Process Archives at Scale¶

Crunch large log archives—compressed or not—while balancing throughput, ordering, and resource usage.

When This Guide Helps¶

Daily or monthly log archives need to be scanned for regressions or security events.
You want to benchmark --parallel vs sequential performance on your hardware.
Pipelines must stay reliable while processing tens of gigabytes of data.

Before You Start¶

Examples use logs/2024-*.jsonl.gz as a placeholder. Replace with your archive paths.
Verify disk bandwidth and CPU capacity; the fastest settings differ between laptops and servers.
Have a small sample ready for functional testing before running across huge datasets.

Step 1: Measure a Sequential Baseline¶

Start simple to confirm filters, transformations, and outputs are correct.

time kelora -j logs/2024-04-01.jsonl.gz \
  -l error \
  -k timestamp,service,message \
  -J > errors-sample.json

Record elapsed time, CPU usage, and memory footprint (/usr/bin/time -v can help).
Keep this script for future regression checks.

Step 2: Enable Parallel Processing¶

Use --parallel to leverage multiple cores. Let Kelora auto-detect thread count first.

time kelora -j logs/2024-04-*.jsonl.gz \
  --parallel \
  -l error \
  -e 'track_count(e.service)' \
  --metrics

Default threads = number of logical CPU cores.
On heavily I/O-bound workloads, try more threads with --threads 2x the core count; for CPU-heavy transforms, use equal or fewer threads.

Step 3: Tune Batch Size and Ordering¶

Batch size controls how many events each worker processes before flushing.

kelora -j logs/2024-04-*.jsonl.gz \
  --parallel --batch-size 5000 \
  -l error \
  --stats

Guidelines:

1000 (default) balances throughput and memory.
Increase to 5000–10000 for simple filters on machines with ample RAM.
Decrease to 200–500 when transformations are heavy or memory is constrained.

Ordering options:

--file-order name for deterministic alphabetical processing.
--file-order mtime to scan oldest/newest archives first.

Step 4: Drop Ordering When Safe¶

If output order is irrelevant (metrics only, exports to sorted files), add --unordered for higher throughput.

kelora -j logs/2024-04-*.jsonl.gz \
  --parallel --unordered \
  -e 'track_count(e.service)' \
  -e 'track_count("errors")' \
  --metrics

--unordered flushes worker buffers immediately; expect non-deterministic ordering in the output stream.
Combine with --metrics or -s when you only care about aggregates.

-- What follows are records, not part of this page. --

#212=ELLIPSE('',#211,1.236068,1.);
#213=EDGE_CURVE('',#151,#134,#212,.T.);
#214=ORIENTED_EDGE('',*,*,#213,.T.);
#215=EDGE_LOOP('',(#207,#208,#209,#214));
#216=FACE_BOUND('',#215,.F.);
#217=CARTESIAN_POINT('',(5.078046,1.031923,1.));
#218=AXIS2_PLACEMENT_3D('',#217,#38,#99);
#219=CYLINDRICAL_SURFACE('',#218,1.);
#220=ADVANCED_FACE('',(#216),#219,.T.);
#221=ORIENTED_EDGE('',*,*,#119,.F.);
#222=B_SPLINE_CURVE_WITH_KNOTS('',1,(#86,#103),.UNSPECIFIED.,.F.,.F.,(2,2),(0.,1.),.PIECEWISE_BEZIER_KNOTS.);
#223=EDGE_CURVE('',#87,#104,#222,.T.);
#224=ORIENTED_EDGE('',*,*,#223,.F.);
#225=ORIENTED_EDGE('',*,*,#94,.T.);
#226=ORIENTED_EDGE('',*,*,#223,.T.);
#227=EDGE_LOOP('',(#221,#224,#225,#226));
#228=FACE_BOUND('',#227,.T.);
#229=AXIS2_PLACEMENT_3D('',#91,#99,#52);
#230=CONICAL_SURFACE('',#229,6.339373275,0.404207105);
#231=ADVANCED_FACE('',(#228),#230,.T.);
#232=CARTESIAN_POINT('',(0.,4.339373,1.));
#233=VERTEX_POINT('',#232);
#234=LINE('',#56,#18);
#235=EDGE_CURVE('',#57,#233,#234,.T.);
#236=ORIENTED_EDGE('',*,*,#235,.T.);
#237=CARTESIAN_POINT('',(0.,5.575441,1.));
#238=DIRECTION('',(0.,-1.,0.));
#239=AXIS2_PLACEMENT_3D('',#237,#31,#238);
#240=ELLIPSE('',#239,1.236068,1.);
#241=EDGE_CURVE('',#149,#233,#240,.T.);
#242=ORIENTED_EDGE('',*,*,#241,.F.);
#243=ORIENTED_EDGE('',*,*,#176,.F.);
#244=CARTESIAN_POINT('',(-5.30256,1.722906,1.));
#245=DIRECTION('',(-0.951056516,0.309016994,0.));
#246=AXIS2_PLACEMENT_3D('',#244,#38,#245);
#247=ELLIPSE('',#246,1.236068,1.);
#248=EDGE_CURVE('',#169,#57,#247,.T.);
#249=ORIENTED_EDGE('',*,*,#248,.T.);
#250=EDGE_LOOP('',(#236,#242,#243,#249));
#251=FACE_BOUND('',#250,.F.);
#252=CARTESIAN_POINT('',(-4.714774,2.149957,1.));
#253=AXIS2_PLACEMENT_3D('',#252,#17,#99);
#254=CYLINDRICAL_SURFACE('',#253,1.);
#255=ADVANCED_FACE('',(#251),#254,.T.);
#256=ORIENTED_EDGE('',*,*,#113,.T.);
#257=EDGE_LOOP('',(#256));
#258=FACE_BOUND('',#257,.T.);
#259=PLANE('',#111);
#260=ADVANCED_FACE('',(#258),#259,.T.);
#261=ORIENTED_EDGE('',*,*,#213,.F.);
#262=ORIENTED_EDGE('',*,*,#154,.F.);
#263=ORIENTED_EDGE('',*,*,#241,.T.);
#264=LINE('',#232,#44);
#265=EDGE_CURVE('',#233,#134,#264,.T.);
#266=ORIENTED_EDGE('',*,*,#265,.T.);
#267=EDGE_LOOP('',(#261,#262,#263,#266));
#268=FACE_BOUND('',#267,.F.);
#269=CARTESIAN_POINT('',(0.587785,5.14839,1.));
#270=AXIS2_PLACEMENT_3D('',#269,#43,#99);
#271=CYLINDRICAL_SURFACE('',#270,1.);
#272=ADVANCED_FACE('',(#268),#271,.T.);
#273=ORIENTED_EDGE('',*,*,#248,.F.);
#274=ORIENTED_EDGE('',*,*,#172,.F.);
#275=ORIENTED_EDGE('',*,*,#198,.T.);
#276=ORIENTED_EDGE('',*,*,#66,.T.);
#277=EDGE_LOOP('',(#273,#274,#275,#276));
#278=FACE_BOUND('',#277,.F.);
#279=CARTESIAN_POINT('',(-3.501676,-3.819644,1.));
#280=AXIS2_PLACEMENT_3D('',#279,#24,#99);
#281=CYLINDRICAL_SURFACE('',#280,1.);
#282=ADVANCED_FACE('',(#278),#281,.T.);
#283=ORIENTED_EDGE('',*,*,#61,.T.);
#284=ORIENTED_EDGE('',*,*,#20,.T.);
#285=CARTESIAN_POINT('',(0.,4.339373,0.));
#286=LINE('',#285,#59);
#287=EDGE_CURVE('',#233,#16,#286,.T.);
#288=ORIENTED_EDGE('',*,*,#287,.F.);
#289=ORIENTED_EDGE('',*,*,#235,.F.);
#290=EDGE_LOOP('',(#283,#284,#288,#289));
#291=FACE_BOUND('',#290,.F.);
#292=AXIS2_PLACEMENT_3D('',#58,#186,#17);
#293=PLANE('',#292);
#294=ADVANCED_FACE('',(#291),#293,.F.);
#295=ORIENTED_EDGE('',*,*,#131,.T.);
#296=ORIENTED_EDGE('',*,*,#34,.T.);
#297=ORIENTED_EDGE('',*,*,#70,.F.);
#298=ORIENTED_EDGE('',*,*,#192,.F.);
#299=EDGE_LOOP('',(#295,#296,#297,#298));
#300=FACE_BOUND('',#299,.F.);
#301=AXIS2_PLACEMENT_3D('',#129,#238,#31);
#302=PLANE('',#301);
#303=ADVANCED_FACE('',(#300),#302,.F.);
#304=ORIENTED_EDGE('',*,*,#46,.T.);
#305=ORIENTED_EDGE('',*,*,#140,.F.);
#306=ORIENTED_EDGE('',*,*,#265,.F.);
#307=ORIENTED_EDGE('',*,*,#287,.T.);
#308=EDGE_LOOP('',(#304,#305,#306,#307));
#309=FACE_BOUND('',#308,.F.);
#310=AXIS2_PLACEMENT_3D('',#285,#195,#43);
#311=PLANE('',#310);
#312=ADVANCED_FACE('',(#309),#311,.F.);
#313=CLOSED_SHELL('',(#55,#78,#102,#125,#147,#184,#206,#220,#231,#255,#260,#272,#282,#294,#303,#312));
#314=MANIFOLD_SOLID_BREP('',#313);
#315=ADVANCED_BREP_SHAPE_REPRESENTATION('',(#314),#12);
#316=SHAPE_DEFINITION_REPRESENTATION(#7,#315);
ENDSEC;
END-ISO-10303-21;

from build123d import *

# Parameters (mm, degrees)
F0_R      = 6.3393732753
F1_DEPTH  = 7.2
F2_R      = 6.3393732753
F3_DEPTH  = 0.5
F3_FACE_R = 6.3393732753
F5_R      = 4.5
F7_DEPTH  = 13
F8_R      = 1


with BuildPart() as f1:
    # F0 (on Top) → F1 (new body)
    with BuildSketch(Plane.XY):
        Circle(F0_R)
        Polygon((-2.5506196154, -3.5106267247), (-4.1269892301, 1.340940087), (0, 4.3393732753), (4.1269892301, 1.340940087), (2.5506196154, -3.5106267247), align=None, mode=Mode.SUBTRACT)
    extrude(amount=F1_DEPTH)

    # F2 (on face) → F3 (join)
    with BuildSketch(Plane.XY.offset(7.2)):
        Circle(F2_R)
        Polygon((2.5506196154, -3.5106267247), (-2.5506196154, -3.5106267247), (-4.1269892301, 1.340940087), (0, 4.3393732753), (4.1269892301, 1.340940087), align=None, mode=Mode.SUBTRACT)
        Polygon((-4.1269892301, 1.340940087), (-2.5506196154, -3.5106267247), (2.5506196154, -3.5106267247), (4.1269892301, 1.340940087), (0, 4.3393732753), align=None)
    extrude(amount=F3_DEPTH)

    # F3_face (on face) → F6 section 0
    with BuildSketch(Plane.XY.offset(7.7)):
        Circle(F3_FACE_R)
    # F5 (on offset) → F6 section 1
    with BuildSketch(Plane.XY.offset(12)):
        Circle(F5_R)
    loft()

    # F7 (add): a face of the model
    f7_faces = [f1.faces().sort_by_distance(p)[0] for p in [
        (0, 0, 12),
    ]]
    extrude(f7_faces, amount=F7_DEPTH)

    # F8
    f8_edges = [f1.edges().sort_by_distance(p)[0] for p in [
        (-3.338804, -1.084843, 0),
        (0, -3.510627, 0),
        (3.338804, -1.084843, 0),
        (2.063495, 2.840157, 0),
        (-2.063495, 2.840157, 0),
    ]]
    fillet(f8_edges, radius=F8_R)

Step 5: Automate and Monitor¶

Wrap the tuned command in a script so you can schedule it via cron or CI.

#!/usr/bin/env bash
set -euo pipefail

ARCHIVE_GLOB="/var/log/app/app-$(date +%Y-%m)-*.jsonl.gz"
OUTPUT="reports/errors-$(date +%Y-%m-%d).json"

kelora -j $ARCHIVE_GLOB \
  --parallel --unordered --batch-size 5000 \
  -l error \
  -k timestamp,service,message \
  -J > "$OUTPUT"

kelora -j "$OUTPUT" --stats

Log --stats output for traceability (processed lines, parse errors, throughput).
Capture timing with /usr/bin/time or hyperfine to detect future regressions.

Variations¶

Mixed compression

kelora -j logs/2024-04-*.jsonl logs/2024-04-*.jsonl.gz \
  --parallel --threads 8 \
  -l critical \
  --stats

Recursive discovery

find /archives/app -name "*.jsonl.gz" -print0 |
  xargs -0 kelora -j --parallel --unordered \
    -e 'track_count(e.service)' \
    --metrics

Performance sweep

for size in 500 1000 5000; do
  echo "Batch size $size"
  time kelora -j logs/2024-04-*.jsonl.gz --parallel --batch-size $size -q
done

Performance Checklist¶

CPU-bound? Lower thread count or batch size to reduce contention.
I/O-bound? Increase threads, run from fast storage, or pre-uncompress archives.
Memory spikes? Reduce batch size, avoid large window_* or emit_each() operations, or process archives sequentially.
Need reproducible results? Avoid --unordered, process files in a consistent order, and archive the command used.